As all roads use to lead to Rome – now all roads lead to the FED…and they have for a while. At first gradually, then suddenly will all their cheap money flooding the landscape with the excuse of helping the economy. You want a house? Well, you’ve come to the right place !!! You no longer need to toil and put away a 20% down payment (like in old fashioned times) as 5% will do nicely. I guess that is an improvement from 2008 when there was 0% down. This, along with all other FED meddling on a grand scale has put our economy and society in some kind of “altered state” as I really don’t know what to call it. This “altered state” will be painfully cleansed by the runaway depression train that is traveling toward all developed countries in including the USA and Canada. The various administrations, Treasury and FED, all working as one unholy cabal, have been borrowing for years from our kids, now their kids and possibly even their grandchildren as the “hit” parade just keeps on going. Girding the loins has become a full time job, but those with too much debt will be smacked down pretty hard. Simply beyond despicable !!!

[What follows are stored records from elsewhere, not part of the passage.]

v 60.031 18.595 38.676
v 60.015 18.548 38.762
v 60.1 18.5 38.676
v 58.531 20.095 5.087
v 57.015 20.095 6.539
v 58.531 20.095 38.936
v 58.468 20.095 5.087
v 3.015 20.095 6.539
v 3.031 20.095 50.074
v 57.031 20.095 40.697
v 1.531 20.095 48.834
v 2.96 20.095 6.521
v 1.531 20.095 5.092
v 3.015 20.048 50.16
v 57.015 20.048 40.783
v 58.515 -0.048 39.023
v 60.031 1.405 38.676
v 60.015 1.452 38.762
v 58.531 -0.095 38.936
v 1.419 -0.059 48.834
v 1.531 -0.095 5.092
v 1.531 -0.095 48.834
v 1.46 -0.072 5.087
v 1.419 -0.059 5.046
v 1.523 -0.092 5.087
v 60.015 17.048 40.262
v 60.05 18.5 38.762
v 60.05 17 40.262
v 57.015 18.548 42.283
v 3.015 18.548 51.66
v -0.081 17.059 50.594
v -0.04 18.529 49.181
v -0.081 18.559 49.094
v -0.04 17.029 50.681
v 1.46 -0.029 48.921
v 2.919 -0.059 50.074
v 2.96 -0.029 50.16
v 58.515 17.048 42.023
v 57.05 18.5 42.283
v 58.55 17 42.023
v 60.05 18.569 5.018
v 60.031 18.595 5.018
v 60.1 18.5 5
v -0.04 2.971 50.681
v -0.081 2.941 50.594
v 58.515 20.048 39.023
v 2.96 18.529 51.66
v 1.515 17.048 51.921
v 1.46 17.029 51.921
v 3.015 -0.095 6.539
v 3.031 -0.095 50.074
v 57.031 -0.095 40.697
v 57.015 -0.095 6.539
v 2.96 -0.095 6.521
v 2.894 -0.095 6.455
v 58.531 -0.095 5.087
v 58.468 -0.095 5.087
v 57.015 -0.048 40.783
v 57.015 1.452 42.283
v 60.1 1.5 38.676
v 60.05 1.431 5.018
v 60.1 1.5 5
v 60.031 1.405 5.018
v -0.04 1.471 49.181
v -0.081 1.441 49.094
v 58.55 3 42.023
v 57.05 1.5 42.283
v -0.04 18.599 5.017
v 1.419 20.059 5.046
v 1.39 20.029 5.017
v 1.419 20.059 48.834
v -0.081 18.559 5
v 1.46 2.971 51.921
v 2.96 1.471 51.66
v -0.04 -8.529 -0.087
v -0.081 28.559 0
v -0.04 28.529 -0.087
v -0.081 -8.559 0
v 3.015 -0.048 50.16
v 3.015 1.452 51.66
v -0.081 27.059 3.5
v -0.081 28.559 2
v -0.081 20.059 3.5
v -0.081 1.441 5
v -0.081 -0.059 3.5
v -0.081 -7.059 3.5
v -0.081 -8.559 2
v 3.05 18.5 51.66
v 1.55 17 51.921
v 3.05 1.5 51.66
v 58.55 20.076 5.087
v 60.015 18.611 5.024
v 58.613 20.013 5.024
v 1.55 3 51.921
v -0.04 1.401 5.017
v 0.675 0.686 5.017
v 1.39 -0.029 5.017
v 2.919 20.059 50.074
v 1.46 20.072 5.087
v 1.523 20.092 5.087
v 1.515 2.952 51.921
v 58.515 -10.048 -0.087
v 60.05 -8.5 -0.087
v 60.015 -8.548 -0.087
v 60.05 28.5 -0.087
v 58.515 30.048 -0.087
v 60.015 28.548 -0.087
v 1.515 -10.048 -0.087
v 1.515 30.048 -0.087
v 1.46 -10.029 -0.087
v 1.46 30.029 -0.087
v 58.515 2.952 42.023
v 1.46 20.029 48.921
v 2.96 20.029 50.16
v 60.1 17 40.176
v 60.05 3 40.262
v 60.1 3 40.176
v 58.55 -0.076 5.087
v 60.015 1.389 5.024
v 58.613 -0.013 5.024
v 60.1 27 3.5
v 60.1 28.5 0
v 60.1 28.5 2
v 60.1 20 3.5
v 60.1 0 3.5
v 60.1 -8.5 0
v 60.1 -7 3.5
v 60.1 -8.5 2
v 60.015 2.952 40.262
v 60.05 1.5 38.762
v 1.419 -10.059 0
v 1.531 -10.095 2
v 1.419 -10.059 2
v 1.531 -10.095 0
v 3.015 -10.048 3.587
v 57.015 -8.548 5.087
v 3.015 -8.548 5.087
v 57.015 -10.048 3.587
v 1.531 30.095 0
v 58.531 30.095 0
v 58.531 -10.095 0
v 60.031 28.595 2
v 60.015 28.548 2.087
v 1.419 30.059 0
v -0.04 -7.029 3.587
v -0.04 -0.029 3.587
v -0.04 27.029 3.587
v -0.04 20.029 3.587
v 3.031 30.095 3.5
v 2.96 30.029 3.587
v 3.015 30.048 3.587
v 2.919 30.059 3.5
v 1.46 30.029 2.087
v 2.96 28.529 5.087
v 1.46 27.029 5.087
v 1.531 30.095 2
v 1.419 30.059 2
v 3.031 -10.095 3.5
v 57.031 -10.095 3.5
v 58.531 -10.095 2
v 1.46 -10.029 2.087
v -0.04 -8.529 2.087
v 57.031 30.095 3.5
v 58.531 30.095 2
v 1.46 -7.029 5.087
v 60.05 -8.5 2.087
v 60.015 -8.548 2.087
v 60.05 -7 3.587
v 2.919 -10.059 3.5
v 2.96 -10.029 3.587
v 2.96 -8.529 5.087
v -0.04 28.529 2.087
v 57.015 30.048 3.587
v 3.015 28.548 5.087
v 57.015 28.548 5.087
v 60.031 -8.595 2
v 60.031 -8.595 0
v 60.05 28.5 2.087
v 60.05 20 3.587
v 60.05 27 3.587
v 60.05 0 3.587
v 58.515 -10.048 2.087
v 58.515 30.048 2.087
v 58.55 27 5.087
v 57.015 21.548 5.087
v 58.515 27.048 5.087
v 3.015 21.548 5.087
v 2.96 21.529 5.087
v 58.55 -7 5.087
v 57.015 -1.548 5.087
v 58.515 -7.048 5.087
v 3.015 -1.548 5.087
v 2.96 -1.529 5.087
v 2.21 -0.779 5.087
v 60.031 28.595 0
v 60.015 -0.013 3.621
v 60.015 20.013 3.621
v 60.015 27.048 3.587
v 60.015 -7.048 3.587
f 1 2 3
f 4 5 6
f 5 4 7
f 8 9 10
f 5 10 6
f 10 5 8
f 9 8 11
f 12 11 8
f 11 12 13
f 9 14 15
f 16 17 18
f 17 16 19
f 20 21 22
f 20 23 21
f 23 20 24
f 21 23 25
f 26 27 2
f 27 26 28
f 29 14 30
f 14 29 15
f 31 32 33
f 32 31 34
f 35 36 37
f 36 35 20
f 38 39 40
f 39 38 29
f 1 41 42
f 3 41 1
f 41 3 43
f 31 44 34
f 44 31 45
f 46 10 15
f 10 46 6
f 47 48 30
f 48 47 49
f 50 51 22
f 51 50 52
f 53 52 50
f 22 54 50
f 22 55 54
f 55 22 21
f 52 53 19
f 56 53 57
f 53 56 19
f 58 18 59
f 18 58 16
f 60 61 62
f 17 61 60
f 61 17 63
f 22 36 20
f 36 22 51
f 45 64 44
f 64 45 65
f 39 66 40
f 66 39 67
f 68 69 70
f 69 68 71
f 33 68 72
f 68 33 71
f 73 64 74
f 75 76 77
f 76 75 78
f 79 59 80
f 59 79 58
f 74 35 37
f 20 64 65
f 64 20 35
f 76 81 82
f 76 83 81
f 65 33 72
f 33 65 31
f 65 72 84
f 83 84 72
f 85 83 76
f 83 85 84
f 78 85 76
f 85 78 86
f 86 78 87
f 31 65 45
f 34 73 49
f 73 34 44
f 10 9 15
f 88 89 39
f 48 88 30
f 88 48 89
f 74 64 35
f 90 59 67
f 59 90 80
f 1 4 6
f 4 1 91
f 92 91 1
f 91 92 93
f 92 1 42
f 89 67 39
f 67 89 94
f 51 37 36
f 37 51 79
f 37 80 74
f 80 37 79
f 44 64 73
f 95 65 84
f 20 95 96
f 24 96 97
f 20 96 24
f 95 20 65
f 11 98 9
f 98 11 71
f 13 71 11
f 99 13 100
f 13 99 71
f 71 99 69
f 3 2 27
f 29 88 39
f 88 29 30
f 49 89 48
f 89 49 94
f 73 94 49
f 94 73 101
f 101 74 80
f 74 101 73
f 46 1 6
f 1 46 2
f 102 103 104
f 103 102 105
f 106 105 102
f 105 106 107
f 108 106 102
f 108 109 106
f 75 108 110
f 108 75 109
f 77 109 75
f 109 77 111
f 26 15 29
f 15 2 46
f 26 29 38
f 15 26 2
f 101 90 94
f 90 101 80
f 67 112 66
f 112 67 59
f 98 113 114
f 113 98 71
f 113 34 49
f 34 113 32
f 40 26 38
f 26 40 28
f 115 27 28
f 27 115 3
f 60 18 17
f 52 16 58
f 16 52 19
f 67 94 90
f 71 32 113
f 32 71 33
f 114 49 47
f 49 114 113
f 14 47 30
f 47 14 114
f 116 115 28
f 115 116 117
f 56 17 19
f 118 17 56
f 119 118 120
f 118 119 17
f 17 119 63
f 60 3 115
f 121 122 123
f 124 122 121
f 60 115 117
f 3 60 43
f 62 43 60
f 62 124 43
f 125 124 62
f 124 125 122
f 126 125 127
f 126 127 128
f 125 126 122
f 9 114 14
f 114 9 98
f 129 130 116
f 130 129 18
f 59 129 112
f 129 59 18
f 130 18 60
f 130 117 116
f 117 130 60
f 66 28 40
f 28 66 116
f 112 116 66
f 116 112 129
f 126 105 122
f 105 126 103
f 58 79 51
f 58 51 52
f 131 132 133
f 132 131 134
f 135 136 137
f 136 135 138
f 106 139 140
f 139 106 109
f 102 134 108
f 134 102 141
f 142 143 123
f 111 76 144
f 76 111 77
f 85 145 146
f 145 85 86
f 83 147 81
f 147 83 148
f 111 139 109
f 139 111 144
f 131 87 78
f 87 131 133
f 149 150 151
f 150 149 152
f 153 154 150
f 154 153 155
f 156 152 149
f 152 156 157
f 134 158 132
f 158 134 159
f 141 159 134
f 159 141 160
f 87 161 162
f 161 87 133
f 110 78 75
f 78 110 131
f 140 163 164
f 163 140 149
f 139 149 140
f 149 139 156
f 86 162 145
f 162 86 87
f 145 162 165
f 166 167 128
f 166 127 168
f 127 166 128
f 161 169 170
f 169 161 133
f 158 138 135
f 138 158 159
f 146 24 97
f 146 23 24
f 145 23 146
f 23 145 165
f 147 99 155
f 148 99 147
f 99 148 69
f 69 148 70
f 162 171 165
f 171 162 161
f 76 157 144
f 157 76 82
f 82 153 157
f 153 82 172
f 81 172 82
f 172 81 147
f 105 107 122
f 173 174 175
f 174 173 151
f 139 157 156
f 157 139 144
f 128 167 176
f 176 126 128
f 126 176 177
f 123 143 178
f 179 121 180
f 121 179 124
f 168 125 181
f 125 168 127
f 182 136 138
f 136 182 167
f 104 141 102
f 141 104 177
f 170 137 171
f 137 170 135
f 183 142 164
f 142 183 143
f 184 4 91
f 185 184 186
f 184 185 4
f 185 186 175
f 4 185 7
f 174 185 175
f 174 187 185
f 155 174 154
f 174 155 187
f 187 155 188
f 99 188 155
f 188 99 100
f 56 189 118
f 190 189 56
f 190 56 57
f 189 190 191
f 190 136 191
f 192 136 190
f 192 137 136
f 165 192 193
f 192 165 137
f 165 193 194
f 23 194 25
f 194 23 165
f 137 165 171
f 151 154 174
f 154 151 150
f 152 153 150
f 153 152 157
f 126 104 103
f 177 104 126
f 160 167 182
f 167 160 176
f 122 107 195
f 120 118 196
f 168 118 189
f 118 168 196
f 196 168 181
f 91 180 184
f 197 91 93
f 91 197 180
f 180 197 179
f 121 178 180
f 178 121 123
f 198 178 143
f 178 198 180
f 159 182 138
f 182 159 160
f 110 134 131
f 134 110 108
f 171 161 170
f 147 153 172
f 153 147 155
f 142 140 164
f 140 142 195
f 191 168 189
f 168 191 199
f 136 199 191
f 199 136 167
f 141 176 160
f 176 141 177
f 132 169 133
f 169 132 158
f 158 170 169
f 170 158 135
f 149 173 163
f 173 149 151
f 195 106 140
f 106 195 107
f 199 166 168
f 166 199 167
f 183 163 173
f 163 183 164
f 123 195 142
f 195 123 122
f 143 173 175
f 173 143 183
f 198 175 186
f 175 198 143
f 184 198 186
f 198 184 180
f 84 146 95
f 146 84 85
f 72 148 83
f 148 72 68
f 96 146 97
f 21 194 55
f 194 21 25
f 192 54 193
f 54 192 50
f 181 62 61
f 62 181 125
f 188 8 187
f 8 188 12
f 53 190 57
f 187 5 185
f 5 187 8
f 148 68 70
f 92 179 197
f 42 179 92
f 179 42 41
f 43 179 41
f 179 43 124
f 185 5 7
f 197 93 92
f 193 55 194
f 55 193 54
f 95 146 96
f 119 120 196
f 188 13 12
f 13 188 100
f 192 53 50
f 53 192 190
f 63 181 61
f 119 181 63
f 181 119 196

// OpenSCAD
// Angle to tilt the carboy/bucket
tilt_angle = 10;
// Radius of the carboy or bucket
radius = 150;
// Length of wedge piece
length = 60;
// Width of tall part of wedge
width = 20;
// Bevel size
bevel_size = 1.5;
// Width of the base/stabilizer
base_width = 40;
// height of stabilizer base
base_height = 5;

/* [Hidden] */
angle = tilt_angle;
r = radius;
l = length;
w = width;
b = bevel_size;
basew = base_width;
baseh = base_height;

module bevels(w,h,l,a,b=b) {
  ba = b*sin(a);
  la = l*sin(a);

  x = [0,b,b*2,l-b*2,l-b,l];
  y = [0,b,b*2,w-b*2,w-b,w];
  z = [0,h-b*2,h-b,h];
  zo = [0,-ba,-ba*2,-la+ba*2,-la+ba,-la];

  points = [[x[0],y[1],z[0]+zo[0]],
            [x[0],y[4],z[0]+zo[0]],
            [x[0],y[1],z[1]+zo[0]],
            [x[0],y[4],z[1]+zo[0]],
            [x[0],y[2],z[2]+zo[0]],
            [x[0],y[3],z[2]+zo[0]],
            [x[1],y[0],z[0]+zo[0]],
            [x[1],y[5],z[0]+zo[0]],
            [x[1],y[0],z[1]+zo[1]],
            [x[1],y[5],z[1]+zo[1]],
            [x[1],y[2],z[3]+zo[1]],
            [x[1],y[3],z[3]+zo[1]],
            [x[2],y[0],z[0]+zo[0]],
            [x[2],y[5],z[0]+zo[0]],
            [x[2],y[0],z[2]+zo[2]],
            [x[2],y[5],z[2]+zo[2]],
            [x[2],y[1],z[3]+zo[2]],
            [x[2],y[4],z[3]+zo[2]],
            [x[3],y[0],z[0]+zo[0]],
            [x[3],y[5],z[0]+zo[0]],
            [x[3],y[0],z[2]+zo[3]],
            [x[3],y[5],z[2]+zo[3]],
            [x[3],y[1],z[3]+zo[3]],
            [x[3],y[4],z[3]+zo[3]],
            [x[4],y[0],z[0]+zo[0]],
            [x[4],y[5],z[0]+zo[0]],
            [x[4],y[0],z[1]+zo[4]],
            [x[4],y[5],z[1]+zo[4]],
            [x[4],y[2],z[3]+zo[4]],
            [x[4],y[3],z[3]+zo[4]],
            [x[5],y[1],z[0]+zo[0]],
            [x[5],y[4],z[0]+zo[0]],
            [x[5],y[1],z[1]+zo[5]],
            [x[5],y[4],z[1]+zo[5]],
            [x[5],y[2],z[2]+zo[5]],
            [x[5],y[3],z[2]+zo[5]],
            ];
   hull() {
    for (p = points) {
      translate(p)
      sphere(r=0.1, center=true);
    }
  }
}

bevels(w,r*2*sin(angle),l,angle);
translate([0,-(basew-w)/2])
bevels(basew,baseh,l,0);
translate([0,-b])
bevels(w+b*2,baseh+b,l,0);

“There has been reporting by homebuilders on interest in new houses, as some home buyers sought to avoid buying someone else’s home due to the issues of the pandemic, such as social distancing requirements and the fear of spreading or catching the virus. The pandemic-induced “move to the suburbs” is also said to contribute to interest in new houses.”
This beggars belief.
I rather more suspect that “buyers of new homes” (aka “buyers of new mortgages”) are reflective of the insane degree of HOPE out there. They are not in any fear of losing their jobs. They are confident their choice will attract a higher price when later sold to a greater fool. And they think things will only get better…
They say people go mad in herds but only regain sanity one by one. This economy desperately NEEDS job losses: it might bring back reality.